Publication year - 1968
Publication title -
american journal of physical anthropology
Language(s) - English
Resource type - Journals
SCImago Journal Rank - 1.146
H-Index - 119
eISSN - 1096-8644
pISSN - 0002-9483
DOI - 10.1002/ajpa.1330290111
Subject(s) - olecranon , ulna , medicine , perforation , elbow , anatomy , humerus , materials science , metallurgy , punching
Evidence is presented concerning the occurrence of the coronoid‐olecranon perforation of the humerus in three species of Old World monkeys. Significant relationships are found to exist between the occurrence of the perforation and smaller minimum midshaft diameters of humeri, younger ages, and more protruding processes of ulnae. A possible explanation for perforated coronoid‐olecranon septums is advanced. The olecranon process of the ulna is found to project relatively more from the shaft in young individuals than old individuals.

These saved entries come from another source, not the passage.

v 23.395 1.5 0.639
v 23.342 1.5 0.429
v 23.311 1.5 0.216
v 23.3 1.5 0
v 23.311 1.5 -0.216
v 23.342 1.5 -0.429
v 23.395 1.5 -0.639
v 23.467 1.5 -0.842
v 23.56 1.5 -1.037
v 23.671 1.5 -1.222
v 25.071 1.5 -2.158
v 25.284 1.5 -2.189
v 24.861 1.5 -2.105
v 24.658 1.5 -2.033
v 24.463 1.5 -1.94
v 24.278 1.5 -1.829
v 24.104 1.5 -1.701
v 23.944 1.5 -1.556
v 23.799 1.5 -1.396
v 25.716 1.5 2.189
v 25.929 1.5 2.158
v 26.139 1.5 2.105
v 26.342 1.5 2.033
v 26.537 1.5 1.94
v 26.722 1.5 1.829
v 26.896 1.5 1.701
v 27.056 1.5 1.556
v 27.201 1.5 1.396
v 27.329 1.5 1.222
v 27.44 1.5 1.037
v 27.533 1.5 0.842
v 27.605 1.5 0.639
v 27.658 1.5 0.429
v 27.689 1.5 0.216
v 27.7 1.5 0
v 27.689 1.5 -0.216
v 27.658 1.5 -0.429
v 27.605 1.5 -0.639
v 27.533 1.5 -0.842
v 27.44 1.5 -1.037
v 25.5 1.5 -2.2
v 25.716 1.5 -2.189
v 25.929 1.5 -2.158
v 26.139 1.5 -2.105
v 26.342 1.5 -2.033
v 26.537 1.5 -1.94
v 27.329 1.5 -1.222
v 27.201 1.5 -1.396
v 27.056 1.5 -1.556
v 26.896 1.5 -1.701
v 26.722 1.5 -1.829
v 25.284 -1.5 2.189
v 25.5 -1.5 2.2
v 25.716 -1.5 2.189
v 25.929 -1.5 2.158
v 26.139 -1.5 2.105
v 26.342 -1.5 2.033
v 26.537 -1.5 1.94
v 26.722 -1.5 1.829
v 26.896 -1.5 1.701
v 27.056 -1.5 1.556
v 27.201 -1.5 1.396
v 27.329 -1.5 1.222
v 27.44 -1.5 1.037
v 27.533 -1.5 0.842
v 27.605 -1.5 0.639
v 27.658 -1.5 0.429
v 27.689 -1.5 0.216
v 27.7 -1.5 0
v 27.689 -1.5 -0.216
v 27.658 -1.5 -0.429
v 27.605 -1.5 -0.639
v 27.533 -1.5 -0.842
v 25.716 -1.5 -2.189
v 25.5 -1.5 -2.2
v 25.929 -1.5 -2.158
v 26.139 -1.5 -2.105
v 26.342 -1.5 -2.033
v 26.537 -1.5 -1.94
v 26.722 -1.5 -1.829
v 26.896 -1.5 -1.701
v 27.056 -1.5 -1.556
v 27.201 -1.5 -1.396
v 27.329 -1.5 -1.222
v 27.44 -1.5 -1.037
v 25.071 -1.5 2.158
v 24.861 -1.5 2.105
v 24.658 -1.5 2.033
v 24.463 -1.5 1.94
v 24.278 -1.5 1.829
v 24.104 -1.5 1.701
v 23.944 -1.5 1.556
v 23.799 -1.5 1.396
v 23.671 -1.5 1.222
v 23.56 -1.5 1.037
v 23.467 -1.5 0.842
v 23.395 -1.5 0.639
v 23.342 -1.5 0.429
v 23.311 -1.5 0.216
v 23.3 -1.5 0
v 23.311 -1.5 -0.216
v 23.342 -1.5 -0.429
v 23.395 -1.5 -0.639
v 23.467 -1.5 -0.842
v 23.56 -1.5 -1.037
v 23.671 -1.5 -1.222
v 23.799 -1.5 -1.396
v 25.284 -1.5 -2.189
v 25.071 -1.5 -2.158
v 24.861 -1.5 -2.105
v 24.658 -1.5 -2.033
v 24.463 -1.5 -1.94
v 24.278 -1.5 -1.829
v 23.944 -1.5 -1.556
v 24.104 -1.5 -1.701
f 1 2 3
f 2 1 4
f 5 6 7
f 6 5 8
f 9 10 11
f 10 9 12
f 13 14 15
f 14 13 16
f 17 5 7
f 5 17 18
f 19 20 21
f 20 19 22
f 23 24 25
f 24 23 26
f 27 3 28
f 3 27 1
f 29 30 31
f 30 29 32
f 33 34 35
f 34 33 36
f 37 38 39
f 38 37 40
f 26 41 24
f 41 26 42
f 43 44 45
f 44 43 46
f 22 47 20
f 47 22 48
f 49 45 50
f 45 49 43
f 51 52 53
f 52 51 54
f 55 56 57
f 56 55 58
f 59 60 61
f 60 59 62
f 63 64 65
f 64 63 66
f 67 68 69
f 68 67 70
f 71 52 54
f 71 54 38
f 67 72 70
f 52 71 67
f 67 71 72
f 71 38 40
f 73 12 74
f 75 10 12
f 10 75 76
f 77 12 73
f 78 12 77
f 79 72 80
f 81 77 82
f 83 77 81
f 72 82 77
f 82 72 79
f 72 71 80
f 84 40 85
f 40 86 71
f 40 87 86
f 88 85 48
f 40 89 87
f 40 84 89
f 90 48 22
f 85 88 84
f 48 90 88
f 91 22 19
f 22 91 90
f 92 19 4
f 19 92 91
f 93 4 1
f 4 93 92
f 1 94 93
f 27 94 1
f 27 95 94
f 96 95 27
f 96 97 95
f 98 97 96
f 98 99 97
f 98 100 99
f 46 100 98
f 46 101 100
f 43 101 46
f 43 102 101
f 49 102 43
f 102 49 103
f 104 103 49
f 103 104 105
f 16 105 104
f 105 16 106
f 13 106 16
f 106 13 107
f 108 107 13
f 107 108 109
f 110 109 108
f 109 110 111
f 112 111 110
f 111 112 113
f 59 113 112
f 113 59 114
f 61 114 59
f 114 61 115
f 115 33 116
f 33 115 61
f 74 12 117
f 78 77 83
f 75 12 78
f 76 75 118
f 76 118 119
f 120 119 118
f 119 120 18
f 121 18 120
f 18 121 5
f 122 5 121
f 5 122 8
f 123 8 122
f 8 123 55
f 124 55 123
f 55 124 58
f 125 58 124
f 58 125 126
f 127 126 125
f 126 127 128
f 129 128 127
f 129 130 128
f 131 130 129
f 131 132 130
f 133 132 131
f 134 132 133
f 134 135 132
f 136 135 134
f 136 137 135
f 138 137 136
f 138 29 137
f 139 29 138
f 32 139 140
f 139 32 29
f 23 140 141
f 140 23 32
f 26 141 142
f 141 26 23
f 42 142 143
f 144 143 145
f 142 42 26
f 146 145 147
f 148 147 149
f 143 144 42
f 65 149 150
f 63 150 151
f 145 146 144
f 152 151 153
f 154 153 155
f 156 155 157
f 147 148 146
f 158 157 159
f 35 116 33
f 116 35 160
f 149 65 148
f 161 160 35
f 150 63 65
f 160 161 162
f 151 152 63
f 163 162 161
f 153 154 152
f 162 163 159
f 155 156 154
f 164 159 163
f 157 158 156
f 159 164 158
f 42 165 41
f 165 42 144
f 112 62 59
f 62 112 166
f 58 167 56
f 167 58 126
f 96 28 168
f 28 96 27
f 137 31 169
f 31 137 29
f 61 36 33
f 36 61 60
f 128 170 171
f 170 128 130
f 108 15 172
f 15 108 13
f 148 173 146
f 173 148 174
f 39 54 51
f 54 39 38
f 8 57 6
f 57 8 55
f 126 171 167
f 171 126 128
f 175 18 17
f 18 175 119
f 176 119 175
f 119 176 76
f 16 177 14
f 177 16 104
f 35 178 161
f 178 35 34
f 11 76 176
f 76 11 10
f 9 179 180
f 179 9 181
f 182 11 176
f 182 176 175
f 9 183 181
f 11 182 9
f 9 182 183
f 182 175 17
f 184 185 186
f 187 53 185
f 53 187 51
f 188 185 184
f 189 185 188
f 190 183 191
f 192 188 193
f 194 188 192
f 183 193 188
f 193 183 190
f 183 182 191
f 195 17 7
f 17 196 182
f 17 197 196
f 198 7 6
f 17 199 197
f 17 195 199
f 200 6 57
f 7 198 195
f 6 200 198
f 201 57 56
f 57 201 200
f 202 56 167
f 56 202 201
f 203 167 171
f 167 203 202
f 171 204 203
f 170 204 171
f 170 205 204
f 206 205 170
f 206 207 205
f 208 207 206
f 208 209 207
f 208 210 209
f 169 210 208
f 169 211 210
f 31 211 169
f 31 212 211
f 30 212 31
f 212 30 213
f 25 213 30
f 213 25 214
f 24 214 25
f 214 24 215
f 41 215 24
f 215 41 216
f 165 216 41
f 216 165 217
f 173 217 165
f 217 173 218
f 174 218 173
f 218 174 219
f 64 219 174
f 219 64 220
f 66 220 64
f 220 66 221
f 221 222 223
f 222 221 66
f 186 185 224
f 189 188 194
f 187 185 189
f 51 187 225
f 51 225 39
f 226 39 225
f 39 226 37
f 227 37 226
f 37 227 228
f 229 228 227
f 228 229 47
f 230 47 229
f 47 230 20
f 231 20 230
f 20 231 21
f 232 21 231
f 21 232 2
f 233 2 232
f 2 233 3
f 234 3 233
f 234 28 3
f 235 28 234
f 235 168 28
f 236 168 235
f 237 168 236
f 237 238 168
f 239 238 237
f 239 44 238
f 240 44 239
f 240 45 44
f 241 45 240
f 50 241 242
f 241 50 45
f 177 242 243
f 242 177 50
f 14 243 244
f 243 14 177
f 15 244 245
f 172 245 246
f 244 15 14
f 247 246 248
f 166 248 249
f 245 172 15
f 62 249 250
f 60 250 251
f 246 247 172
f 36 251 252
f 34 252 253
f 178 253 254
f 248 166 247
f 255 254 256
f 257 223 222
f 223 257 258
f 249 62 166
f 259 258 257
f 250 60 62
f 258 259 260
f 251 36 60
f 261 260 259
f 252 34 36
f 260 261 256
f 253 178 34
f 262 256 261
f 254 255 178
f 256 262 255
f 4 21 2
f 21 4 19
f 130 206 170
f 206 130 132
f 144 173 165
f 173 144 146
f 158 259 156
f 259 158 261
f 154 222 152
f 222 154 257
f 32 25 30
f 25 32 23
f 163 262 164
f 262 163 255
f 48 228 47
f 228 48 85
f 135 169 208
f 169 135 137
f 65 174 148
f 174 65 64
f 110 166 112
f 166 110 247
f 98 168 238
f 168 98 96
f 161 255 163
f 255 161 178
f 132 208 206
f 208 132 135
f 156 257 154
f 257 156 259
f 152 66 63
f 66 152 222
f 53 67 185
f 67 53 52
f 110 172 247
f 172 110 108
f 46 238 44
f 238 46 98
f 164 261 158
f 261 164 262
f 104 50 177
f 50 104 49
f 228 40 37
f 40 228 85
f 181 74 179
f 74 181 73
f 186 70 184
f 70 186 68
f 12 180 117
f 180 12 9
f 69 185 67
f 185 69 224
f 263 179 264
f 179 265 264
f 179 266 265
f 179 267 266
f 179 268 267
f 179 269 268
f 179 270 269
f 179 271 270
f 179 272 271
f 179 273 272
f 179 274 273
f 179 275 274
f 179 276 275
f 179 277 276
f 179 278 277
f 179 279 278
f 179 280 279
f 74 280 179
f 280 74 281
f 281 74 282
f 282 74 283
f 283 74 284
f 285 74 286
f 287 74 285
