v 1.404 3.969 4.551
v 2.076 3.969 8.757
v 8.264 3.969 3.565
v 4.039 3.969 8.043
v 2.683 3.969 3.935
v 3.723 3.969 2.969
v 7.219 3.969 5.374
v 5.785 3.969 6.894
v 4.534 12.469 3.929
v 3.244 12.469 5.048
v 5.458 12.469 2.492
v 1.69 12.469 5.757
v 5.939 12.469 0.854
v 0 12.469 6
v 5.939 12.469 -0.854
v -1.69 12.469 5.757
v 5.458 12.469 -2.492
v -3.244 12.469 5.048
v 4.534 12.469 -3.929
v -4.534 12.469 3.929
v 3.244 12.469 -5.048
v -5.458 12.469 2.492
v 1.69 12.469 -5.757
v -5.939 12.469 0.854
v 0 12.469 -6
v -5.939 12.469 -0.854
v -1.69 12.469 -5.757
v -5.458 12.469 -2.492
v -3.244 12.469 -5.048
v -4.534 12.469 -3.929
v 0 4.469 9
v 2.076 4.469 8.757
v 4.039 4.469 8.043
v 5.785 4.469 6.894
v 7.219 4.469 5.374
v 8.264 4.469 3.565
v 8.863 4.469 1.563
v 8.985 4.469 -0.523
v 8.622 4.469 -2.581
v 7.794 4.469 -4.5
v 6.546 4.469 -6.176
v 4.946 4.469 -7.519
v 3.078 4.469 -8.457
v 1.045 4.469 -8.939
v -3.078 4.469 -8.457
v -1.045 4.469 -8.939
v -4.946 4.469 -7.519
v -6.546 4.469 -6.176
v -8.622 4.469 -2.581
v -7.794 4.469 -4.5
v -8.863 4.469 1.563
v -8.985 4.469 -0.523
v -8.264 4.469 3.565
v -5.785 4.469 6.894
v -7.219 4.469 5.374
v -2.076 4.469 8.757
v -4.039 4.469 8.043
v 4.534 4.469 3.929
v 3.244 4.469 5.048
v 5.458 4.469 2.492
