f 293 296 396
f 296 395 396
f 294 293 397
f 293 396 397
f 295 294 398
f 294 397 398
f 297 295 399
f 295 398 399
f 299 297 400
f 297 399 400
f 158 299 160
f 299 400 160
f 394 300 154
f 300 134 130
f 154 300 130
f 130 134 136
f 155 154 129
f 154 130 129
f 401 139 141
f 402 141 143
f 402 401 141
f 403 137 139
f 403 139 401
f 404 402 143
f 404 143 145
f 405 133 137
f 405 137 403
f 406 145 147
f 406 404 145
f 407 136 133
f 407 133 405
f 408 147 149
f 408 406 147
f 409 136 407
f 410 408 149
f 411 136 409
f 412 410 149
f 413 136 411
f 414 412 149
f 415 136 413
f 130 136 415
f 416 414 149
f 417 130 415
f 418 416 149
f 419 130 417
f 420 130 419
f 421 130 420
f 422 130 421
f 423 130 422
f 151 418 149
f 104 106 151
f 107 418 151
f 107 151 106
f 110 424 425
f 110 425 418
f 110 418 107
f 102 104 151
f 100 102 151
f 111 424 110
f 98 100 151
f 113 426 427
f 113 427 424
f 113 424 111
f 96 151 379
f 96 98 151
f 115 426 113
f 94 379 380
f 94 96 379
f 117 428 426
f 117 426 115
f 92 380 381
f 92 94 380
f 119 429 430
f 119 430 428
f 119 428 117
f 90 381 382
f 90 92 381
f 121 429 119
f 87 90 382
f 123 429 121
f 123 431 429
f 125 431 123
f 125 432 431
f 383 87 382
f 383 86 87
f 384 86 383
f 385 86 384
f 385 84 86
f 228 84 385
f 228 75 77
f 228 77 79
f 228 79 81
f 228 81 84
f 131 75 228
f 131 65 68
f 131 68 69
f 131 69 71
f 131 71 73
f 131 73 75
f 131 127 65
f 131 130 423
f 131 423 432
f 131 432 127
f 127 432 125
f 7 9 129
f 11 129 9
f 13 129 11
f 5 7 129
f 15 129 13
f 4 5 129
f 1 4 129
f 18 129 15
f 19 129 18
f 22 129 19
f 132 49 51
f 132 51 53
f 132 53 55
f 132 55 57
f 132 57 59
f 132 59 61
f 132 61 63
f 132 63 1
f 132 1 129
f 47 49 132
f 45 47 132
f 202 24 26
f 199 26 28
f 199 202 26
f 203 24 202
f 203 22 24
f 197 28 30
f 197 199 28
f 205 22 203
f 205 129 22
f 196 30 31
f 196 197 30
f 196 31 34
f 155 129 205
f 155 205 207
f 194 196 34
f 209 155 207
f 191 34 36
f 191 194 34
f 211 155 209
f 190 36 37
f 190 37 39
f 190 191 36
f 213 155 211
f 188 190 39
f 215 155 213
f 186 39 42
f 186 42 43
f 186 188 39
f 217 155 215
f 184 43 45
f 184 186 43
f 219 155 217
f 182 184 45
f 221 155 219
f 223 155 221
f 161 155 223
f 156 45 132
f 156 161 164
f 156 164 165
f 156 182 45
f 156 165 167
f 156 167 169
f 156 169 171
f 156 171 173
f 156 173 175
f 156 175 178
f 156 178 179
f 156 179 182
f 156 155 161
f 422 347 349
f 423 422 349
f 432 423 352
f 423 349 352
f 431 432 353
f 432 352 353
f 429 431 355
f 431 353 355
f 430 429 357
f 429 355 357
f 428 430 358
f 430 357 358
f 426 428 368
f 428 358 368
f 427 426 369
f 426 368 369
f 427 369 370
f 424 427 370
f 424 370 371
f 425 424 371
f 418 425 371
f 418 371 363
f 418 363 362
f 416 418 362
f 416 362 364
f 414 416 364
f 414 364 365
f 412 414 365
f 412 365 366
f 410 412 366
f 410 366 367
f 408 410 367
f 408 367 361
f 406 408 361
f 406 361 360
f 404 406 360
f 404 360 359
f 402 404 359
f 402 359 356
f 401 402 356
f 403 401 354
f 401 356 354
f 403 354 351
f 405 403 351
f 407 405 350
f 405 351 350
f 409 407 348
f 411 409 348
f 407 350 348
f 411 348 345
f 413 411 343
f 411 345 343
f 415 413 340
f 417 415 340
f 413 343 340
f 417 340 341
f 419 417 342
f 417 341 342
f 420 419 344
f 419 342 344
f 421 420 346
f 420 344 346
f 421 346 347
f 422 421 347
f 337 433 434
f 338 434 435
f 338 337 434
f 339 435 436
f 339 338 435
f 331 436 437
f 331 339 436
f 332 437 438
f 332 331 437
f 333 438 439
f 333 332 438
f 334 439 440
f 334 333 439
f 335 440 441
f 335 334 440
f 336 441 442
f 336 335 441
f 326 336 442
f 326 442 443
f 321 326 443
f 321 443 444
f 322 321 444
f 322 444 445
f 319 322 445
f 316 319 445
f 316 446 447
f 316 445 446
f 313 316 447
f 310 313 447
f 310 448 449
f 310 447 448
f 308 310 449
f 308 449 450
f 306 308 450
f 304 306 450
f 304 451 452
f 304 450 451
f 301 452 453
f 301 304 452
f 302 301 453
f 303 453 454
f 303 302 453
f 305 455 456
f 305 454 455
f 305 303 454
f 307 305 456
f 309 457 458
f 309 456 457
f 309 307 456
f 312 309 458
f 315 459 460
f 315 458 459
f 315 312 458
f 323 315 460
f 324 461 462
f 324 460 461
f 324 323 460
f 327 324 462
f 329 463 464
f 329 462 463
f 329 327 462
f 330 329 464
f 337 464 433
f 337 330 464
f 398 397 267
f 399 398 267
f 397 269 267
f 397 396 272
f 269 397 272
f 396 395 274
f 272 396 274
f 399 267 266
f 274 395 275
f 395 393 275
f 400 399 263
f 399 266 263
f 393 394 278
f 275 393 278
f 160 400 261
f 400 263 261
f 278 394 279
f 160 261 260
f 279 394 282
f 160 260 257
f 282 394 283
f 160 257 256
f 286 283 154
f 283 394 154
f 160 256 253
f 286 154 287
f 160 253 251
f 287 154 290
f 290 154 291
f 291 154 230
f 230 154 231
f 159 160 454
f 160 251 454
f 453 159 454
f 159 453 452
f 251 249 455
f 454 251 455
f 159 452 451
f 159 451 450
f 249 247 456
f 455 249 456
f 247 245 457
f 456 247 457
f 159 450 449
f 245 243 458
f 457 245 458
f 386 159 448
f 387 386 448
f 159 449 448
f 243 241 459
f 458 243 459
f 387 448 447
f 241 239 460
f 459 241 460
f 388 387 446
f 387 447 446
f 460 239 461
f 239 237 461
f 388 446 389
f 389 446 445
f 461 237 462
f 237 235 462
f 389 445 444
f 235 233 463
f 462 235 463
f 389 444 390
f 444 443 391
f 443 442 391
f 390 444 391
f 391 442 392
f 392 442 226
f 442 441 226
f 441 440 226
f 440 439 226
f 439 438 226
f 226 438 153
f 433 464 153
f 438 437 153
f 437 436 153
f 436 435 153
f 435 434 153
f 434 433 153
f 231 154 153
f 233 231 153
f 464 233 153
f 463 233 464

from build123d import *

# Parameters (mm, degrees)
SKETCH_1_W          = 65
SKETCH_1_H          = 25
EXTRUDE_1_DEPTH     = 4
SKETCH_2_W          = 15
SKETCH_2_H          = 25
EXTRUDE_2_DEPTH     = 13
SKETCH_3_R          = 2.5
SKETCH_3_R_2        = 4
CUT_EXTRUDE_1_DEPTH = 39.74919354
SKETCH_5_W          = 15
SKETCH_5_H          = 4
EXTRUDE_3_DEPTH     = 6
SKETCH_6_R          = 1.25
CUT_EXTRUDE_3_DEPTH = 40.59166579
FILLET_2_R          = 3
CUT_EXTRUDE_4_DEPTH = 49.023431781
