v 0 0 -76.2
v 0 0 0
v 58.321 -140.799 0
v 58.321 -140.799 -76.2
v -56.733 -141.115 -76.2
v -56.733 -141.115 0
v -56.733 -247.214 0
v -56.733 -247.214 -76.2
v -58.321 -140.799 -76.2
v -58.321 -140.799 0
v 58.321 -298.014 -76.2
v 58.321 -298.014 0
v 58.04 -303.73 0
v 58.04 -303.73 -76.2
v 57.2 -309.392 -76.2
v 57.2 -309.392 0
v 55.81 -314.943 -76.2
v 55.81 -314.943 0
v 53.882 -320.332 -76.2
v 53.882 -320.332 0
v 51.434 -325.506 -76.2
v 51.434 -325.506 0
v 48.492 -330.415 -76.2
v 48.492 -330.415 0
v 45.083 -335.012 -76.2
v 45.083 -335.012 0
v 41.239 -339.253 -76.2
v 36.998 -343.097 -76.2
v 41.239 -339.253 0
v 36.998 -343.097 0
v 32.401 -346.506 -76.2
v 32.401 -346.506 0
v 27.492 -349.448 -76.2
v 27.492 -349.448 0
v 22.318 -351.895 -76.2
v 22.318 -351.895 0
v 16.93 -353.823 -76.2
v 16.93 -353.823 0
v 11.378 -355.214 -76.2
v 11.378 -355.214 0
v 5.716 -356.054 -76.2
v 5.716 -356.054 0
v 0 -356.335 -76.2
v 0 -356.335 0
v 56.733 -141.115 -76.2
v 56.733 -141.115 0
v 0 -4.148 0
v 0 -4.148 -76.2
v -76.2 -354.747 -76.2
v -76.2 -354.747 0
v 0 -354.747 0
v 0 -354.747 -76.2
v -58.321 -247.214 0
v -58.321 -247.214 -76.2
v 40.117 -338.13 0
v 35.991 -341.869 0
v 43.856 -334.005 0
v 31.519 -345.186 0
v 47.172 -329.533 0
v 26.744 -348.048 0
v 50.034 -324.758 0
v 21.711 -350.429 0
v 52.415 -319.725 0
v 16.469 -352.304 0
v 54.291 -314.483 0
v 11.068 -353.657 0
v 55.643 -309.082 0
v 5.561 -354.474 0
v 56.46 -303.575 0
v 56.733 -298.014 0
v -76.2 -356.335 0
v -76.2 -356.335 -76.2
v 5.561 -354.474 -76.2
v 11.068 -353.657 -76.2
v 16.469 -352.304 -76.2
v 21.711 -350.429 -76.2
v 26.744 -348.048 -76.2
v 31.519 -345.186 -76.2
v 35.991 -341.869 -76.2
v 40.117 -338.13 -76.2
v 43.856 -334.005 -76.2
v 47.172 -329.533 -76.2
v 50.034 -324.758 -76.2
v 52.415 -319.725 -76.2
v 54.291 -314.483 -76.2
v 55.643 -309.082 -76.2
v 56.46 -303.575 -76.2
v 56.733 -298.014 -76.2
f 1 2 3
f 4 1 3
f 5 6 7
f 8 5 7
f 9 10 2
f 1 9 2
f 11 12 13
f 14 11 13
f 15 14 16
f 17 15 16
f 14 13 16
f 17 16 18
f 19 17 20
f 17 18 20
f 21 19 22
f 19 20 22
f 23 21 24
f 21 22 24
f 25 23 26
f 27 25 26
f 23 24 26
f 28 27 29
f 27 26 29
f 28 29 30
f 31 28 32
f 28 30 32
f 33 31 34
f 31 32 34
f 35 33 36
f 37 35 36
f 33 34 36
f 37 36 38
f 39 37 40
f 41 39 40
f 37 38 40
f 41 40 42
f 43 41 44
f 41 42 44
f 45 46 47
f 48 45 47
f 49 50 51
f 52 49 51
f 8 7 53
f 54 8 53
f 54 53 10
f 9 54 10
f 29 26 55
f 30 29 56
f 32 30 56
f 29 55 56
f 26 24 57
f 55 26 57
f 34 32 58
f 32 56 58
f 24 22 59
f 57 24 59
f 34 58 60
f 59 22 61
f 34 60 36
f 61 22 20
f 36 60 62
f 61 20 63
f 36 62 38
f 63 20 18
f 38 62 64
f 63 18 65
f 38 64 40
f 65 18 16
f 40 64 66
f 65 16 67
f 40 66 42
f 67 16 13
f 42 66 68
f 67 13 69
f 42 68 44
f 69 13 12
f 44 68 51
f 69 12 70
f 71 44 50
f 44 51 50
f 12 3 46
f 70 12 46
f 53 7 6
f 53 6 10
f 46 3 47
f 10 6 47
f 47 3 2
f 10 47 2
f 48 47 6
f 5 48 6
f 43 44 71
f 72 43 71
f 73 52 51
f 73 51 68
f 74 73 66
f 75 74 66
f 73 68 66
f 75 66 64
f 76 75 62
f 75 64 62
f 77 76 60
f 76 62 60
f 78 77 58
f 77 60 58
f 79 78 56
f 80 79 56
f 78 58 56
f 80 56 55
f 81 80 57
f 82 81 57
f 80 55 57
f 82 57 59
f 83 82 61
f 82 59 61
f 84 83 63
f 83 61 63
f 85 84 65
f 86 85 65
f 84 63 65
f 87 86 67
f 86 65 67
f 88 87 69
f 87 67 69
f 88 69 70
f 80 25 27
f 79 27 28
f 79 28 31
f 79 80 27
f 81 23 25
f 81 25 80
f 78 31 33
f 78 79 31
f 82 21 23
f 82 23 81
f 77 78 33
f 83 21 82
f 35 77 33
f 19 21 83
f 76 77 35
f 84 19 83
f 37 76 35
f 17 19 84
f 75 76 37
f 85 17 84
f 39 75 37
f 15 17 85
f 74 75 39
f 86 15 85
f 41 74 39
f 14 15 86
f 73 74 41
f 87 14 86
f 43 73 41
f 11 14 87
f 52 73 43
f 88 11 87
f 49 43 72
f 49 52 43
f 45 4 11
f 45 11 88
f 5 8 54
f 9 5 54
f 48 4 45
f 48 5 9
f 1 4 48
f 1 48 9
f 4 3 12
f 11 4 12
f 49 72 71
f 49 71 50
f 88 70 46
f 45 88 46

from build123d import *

# Parameters (mm, degrees)
BOSS_EXTRUDE1_DEPTH = 76.2


with BuildPart() as part:
    # Sketch2 → Boss-Extrude1 (new body)
    with BuildSketch(Plane.XY):
        with BuildLine():
            Line((0, 0), (58.320955092, -140.799240755))
            Line((58.320955092, -140.799240755), (58.320955092, -247.213806647))
            Line((58.320955092, -247.213806647), (58.320955092, -298.013806647))
            ThreePointArc((58.320955092, -298.013806647), (41.239142831, -339.252949479), (0, -356.33476174))
            Line((0, -356.33476174), (-76.2, -356.33476174))
            Line((-76.2, -356.33476174), (-76.2, -354.74726174))
            Line((-76.2, -354.74726174), (0, -354.74726174))
            ThreePointArc((0, -354.74726174), (40.116610816, -338.130417463), (56.733455092, -298.013806647))
            Line((56.733455092, -298.013806647), (56.733455092, -247.213806647))
            Line((56.733455092, -247.213806647), (56.733455092, -141.115014138))
            Line((56.733455092, -141.115014138), (0, -4.148337413))
            Line((0, -4.148337413), (-56.733455092, -141.115014138))
            Line((-56.733455092, -141.115014138), (-56.733455092, -247.213806647))
            Line((-56.733455092, -247.213806647), (-58.320955092, -247.213806647))
            Line((-58.320955092, -247.213806647), (-58.320955092, -140.799240755))
            Line((-58.320955092, -140.799240755), (0, 0))
        make_face()
    extrude(amount=-BOSS_EXTRUDE1_DEPTH)


solid = part.part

Since the protrusion of this process is positively correlated with the occurrence of the septal perforation, it is suggested that the articulation of the point of the ulna causes resorption of the coronoid‐olecranon septum. With advancing age, the contact is broken, and the perforation is filled in. Since significant correlations are shown for the occurrence of the perforation and the size of the humerus, even for an adult sample, it seems probable that the robustness of the humerus is an inhibiting factor in the occurrence and maintenance of the perforation. In larger humeri, it is possible that the point of the ulna cannot cause complete resorption, and resorption would be more likely to cause a perforation in humeri with thinner coronoid‐olecranon septums. Because extreme extension of the elbow always forms an angle considerably less than 180° between the axes of the shafts in the humerus and the ulna in these monkeys, it is strongly indicated that hyperextension of the elbow joint beyond 180° is not a primary cause of the septal perforation when it appears in man.